3. Finally, I tried to build a new collection containing the same *.doc
on a machine where we have a recent version of Microsoft Word installed.
The idea was to use Windows native scripting this time and let Word
itself convert the document to html. I turned on the windows_scripting
option in the WordPlugin and rebuilt the collection containing the *.doc
you sent me. This time, the comments were indexed too, and were
searchable. The remaining drawback is that when you view the document,
all the comments appear at the end, being taken out of their original
context where they referred to various parts of the main body of the text.

I think the results are perhaps due to your document being more complex
than the average ones we have so far had to work with. The comments seem
to be something that the version of OpenOffice I have here (version 3)
is unable to extract. Even Microsoft Word can only work with it to some
extent, being able to extract it, yet putting all the comments at the
end instead of preserving their original locations.

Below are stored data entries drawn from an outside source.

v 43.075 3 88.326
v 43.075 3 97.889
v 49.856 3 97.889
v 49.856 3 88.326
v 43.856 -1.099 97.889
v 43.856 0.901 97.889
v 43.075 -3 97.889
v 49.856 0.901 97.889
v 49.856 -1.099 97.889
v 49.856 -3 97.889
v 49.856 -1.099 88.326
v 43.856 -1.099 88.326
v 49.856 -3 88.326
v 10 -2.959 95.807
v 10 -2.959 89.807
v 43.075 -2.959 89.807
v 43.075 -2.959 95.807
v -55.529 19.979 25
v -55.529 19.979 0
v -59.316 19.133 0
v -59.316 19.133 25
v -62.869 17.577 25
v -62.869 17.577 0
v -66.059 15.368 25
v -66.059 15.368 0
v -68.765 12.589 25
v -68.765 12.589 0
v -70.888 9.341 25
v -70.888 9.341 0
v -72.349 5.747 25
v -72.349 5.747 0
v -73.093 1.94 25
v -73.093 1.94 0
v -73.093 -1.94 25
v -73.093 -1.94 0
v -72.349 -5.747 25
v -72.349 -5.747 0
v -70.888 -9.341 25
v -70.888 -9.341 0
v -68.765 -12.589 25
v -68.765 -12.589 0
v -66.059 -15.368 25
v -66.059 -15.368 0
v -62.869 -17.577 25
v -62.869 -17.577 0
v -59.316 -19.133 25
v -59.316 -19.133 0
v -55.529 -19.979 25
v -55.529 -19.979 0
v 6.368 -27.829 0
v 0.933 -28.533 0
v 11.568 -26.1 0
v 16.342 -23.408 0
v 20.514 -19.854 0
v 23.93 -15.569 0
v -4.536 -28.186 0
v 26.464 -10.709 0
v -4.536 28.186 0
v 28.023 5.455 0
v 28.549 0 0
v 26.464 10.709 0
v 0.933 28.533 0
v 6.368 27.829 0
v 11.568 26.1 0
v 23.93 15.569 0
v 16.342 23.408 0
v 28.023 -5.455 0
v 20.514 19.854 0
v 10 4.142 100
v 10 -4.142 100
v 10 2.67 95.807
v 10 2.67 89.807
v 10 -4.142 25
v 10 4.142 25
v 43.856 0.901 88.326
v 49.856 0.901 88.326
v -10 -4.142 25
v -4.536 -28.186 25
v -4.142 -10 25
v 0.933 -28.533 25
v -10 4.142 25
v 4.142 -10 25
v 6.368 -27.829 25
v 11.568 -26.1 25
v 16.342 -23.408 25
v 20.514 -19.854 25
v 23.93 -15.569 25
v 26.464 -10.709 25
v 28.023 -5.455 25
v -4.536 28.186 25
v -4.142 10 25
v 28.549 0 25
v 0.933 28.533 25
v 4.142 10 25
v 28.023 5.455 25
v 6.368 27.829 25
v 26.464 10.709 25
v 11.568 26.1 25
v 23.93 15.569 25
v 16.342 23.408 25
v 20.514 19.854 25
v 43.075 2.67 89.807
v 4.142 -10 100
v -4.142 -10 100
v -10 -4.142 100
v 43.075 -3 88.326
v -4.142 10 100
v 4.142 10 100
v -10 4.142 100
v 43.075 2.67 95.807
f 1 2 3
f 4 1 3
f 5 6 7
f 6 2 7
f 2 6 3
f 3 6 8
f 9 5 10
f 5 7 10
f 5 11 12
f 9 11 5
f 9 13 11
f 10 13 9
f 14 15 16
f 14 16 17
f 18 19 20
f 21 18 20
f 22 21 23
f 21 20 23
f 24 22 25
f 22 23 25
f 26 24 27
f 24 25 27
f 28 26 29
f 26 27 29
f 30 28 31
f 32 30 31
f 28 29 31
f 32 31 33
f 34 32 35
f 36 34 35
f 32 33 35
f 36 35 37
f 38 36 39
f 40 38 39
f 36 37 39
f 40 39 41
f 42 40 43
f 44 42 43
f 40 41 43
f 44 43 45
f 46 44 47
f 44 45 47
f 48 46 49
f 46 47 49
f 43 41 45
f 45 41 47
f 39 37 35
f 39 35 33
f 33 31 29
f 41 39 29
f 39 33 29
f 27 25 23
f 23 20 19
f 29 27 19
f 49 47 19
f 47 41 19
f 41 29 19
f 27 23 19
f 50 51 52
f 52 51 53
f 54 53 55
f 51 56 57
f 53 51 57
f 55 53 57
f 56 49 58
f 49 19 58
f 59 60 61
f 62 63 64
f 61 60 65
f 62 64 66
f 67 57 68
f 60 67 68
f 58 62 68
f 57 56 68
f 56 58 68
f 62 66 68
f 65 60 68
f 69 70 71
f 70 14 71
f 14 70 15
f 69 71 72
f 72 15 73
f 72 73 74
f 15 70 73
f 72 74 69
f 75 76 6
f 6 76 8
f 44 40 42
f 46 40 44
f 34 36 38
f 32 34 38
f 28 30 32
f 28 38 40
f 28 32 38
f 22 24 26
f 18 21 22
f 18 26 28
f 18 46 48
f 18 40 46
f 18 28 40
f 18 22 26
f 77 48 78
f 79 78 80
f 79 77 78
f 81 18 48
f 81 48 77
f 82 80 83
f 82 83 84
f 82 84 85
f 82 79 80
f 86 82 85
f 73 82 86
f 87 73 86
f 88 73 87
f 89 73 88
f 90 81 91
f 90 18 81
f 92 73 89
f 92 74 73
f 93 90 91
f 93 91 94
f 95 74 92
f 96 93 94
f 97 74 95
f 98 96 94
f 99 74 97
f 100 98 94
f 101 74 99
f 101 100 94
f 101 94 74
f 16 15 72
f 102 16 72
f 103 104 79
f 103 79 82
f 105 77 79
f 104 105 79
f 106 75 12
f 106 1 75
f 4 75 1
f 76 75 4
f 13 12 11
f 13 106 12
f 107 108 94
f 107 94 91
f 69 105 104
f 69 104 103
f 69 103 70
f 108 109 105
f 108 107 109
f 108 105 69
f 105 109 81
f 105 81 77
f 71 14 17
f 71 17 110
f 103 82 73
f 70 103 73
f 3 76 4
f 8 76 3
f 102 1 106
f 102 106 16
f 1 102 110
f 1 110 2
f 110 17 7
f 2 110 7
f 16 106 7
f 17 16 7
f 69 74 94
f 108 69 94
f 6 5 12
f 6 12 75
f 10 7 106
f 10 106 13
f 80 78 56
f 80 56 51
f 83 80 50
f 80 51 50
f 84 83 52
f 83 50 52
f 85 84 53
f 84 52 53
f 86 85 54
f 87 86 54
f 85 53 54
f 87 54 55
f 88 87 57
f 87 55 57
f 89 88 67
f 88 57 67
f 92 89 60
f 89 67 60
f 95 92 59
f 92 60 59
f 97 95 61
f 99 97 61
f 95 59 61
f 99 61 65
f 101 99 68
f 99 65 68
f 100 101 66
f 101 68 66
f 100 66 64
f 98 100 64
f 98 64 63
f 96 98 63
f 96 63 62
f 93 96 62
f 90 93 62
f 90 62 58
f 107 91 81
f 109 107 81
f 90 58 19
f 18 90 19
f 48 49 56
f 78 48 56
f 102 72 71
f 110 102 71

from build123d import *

# Parameters (mm, degrees)
F1_DEPTH = 25
F3_DEPTH = 75
F4_W     = 5.629124
F4_H     = 6
F5_DEPTH = 35
F6_W     = 6.780945
F6_H     = 9.562873
F7_DEPTH = 3
F8_W     = 2
F8_H     = 9.562873
F9_DEPTH = 6


with BuildPart() as f1:
    # F0 (on Top) → F1 (new body)
    with BuildSketch(Plane.XY):
        with BuildLine():
            Line((-4.536292, 28.185949), (-55.529496, 19.979021))
            ThreePointArc((-55.529496, 19.979021), (-73.186468, 0), (-55.529496, -19.979021))
            Line((-55.529496, -19.979021), (-4.536292, -28.185949))
            ThreePointArc((-4.536292, -28.185949), (28.548654, 0), (-4.536292, 28.185949))
        make_face()
    extrude(amount=F1_DEPTH)

    # F2 (on face) → F3 (join)
    with BuildSketch(Plane.XY.offset(25)):
        Polygon((-10, 4.142136), (-10, -4.142136), (-4.142136, -10), (4.142136, -10), (10, -4.142136), (10, 4.142136), (4.142136, 10), (-4.142136, 10), align=None)
    extrude(amount=F3_DEPTH)

    # F4 (on face) → F5 (join)
    with BuildSketch(Plane.YZ.offset(10)):
        with Locations((-0.144606, 92.806667)):
            Rectangle(F4_W, F4_H)
    extrude(amount=F5_DEPTH)

    # F6 (on Front) → F7 (join, symmetric)
    with BuildSketch(Plane.XZ):
        with Locations((46.465266, 93.107711)):
            Rectangle(F6_W, F6_H)
    extrude(amount=F7_DEPTH, both=True)

    # F8 (on face) → F9 (cut)
    with BuildSketch(Plane.YZ.offset(49.855739)):
        with Locations((-0.098561, 93.107711)):
            Rectangle(F8_W, F8_H)
    extrude(amount=-F9_DEPTH, mode=Mode.SUBTRACT)


solid = f1.part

If you wish to try the third method I attempted above, then you will
need to make some minor changes to your Greenstone installation, since
the script to launch Windows native scripting has been updated since
2.84. The instructions to use that obtain and use that script follow
shortly.

Tell us how you get on,
Anupama

1. On a Windows machine, stop GLI and the Greenstone server if either are
running.

2. Open up a file browser and go into your Greenstone installation directory

3. Go into its binscript folder.

4. Rename the file gsConvert.pl to gsConvert.pl_bak

5. Visit
http://trac.greenstone.org/browser/main/trunk/greenstone2/bin/script/gsConvert.pl?format=txt
and save the file there into your Greenstone 2.84 installation's binscript folder.

6. Visit
http://trac.greenstone.org/export/24168/main/trunk/binaries/windows/bin/docx2html.vbs

and save this 2nd file into your Greenstone2.84's binwindows folder.

Use a File Browser to go into that binwindows folder to check that the
downloaded file has indeed been saved been saved with the ".vbs" extension
and not as ".vbs.txt". In the latter case, you will need to rename it to
plain ".vbs".

7. To test it out, startup GLI, and create a new collection with your *.doc file.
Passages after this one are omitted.